Single by Electric Light Orchestra

from the album Out of the Blue
- B-side: "Bluebird Is Dead" (UK); "Fire On High" (US);
- Released: February 1978 (US) 22 September 1978 (UK)
- Genre: Pop; disco;
- Length: 3:47
- Label: Jet
- Songwriter: Jeff Lynne
- Producer: Jeff Lynne

Electric Light Orchestra singles chronology
| "Mr. Blue Sky" (1978) | "Sweet Talkin' Woman" (1978) | "Wild West Hero" (1978) |

Alternative cover
- American single sleeve

Audio sample
- file; help;

= Sweet Talkin' Woman =

"Sweet Talkin' Woman" is a 1978 single by Electric Light Orchestra (ELO) from the album Out of the Blue (1977). Its original title was "Dead End Street", but it was changed during recording. Some words that survived from that version can be heard in the opening of the third verse, "I've been livin' on a dead end street".

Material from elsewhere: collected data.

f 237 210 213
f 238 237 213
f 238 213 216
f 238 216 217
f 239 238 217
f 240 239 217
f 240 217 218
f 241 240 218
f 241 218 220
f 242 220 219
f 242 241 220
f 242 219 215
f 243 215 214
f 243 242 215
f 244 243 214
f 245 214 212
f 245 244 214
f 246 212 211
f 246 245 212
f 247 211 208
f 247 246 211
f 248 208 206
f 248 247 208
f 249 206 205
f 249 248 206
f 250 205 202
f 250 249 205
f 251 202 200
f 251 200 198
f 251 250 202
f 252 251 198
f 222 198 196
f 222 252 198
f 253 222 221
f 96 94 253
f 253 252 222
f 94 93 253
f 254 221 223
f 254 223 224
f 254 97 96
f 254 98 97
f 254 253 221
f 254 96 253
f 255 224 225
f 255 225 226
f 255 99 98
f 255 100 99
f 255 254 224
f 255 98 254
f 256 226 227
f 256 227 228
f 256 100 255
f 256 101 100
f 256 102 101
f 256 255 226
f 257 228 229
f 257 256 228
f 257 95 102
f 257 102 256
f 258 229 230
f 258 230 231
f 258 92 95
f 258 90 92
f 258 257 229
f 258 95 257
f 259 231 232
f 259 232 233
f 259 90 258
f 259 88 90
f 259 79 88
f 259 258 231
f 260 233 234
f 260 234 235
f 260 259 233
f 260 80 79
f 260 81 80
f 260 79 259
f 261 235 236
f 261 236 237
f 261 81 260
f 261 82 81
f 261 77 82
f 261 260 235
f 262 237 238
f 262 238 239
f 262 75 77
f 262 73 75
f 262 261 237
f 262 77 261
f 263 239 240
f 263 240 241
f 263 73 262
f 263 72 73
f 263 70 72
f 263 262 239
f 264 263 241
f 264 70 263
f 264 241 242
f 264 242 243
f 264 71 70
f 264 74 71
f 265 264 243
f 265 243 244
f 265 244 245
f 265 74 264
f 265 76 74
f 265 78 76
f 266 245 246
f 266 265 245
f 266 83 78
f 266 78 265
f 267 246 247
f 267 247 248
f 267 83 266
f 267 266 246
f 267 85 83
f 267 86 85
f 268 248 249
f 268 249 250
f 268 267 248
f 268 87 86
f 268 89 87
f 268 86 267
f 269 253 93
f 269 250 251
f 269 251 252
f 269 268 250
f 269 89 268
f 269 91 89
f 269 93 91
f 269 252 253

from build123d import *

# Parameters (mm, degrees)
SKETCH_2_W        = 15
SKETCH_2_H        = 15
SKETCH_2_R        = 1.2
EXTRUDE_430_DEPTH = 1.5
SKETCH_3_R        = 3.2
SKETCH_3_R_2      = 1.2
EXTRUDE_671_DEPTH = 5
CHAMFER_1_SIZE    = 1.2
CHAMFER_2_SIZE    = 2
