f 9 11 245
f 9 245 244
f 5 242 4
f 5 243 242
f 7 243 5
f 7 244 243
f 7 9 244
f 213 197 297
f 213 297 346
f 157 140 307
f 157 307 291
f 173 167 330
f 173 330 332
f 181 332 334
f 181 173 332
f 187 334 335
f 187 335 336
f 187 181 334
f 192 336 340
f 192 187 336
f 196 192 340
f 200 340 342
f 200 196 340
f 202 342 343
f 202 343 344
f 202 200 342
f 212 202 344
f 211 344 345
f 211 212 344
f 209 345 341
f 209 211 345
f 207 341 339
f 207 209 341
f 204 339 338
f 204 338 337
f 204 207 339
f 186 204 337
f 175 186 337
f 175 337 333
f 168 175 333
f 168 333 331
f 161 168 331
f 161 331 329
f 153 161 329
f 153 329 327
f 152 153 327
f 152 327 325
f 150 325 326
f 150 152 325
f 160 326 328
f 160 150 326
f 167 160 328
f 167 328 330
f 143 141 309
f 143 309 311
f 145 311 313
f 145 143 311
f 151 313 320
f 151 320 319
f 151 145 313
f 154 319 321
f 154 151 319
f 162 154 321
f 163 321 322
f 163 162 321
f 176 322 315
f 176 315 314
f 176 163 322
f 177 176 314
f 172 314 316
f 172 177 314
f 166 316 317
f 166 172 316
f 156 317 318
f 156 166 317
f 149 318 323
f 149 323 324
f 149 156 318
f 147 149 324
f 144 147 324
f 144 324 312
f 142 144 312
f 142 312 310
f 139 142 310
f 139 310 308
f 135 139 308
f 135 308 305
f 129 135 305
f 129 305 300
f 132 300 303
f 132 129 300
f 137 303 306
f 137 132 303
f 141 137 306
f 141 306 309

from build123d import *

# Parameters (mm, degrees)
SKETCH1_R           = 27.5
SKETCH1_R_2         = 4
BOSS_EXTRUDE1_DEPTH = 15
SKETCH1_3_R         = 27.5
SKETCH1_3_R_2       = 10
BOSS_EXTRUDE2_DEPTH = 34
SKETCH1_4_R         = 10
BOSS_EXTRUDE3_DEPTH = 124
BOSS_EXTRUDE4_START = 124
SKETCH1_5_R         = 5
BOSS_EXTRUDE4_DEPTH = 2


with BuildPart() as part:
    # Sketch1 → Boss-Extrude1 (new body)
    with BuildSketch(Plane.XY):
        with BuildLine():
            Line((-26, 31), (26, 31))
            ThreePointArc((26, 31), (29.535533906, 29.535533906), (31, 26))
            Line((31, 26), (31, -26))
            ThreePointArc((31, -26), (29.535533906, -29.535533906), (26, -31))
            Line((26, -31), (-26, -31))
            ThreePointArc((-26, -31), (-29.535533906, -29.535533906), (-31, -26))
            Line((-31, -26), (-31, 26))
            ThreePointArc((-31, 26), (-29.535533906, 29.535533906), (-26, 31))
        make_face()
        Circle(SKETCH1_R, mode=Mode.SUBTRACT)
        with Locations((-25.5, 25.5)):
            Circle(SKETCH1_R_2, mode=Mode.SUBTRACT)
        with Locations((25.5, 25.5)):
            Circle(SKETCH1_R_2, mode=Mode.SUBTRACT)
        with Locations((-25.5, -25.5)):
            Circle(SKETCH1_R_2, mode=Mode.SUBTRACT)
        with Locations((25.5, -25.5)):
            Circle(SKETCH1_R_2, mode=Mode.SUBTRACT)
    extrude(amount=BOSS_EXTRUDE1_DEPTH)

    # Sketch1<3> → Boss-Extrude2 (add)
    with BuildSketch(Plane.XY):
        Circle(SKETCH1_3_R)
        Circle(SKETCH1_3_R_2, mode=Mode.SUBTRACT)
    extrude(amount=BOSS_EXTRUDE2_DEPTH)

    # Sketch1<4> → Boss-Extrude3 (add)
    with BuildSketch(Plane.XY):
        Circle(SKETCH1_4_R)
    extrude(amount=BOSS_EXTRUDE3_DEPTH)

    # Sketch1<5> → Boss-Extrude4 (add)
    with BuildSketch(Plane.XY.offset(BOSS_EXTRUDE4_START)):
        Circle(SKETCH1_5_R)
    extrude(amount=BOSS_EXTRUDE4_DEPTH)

The track became the third top ten hit from the LP in the UK, peaking at number 6. As a novelty, initial copies of the 12-inch and 7-inch single formats were pressed in transparent purple vinyl. "Sweet Talkin’ Woman" is written in the key of C major.

The version released in the United States was 10 seconds shorter than its British counterpart due to a slightly faster mix. In the US, it reached number 17 on the Billboard Hot 100.

==Critical reception==
AllMusic's Donald A. Guarisco said "Sweet Talkin' Woman" was "their first real step into the disco sound [...] a string-laden pop tune whose dance-friendly edge helped it become a disco-era hit", attributing its disco sound to "Bev Bevan's steady drum work lays down a dance-friendly rhythm as pounding piano lines, delirous bursts of swirling strings, and endlessly overdubbed backing vocals mesh seamlessly to form an ornate but driving funhouse of pop hooks". Billboard described the song as a "catchy rocker characterized by semi-classical elements." Cash Box said that it has "syncopated harmonies and fullbodied instrumental accompaniments." Record World said that "rock and doo wop mix with ELO's strings and guitars in a busy but melodic way."

Ultimate Classic Rock critic Michael Gallucci rated it ELO's 6th best song, saying that it has a "one-of-a-kind chorus" and that it is "one of ELO's greatest group performances." Stereogum contributor Ryan Reed rated it as ELO's 8th best song, noting the catchy verses and choruses and the intricacy of the songwriting. Reed also suggested that it formed a template for Huey Lewis' 1982 song "Do You Believe in Love."

==Chart performance==

===Weekly charts===

| Chart (1978) | Peak position |
|---|---|
| Australia (Kent Music Report) | 38 |
| Belgium (Ultratop 50 Flanders) | 30 |
| Canada Top Singles (RPM) | 16 |
| Ireland (IRMA) | 6 |
| Netherlands (Dutch Top 40) | 27 |
| Netherlands (Single Top 100) | 24 |
| UK Singles (Official Charts) | 6 |
| US Billboard Hot 100 | 17 |
| US Cash Box | 18 |
| US Record World | 23 |

===Year-end charts===

| Chart (1978) | Rank |
|---|---|
| Canada Top Singles (RPM) | 125 |
| UK Singles (Official Charts Company) | 40 |
| US Billboard | 86 |

==Certifications==

| Region | Certification | Certified units/sales |
| New Zealand (RMNZ) | Gold | 15,000^{‡} |
| United Kingdom (BPI) | Silver | 250,000^{^} |
| United States (RIAA) | Gold | 500,000^{‡} |
^{^} Shipments figures based on certification alone. ^{‡} Sales+streaming figures based on certification alone.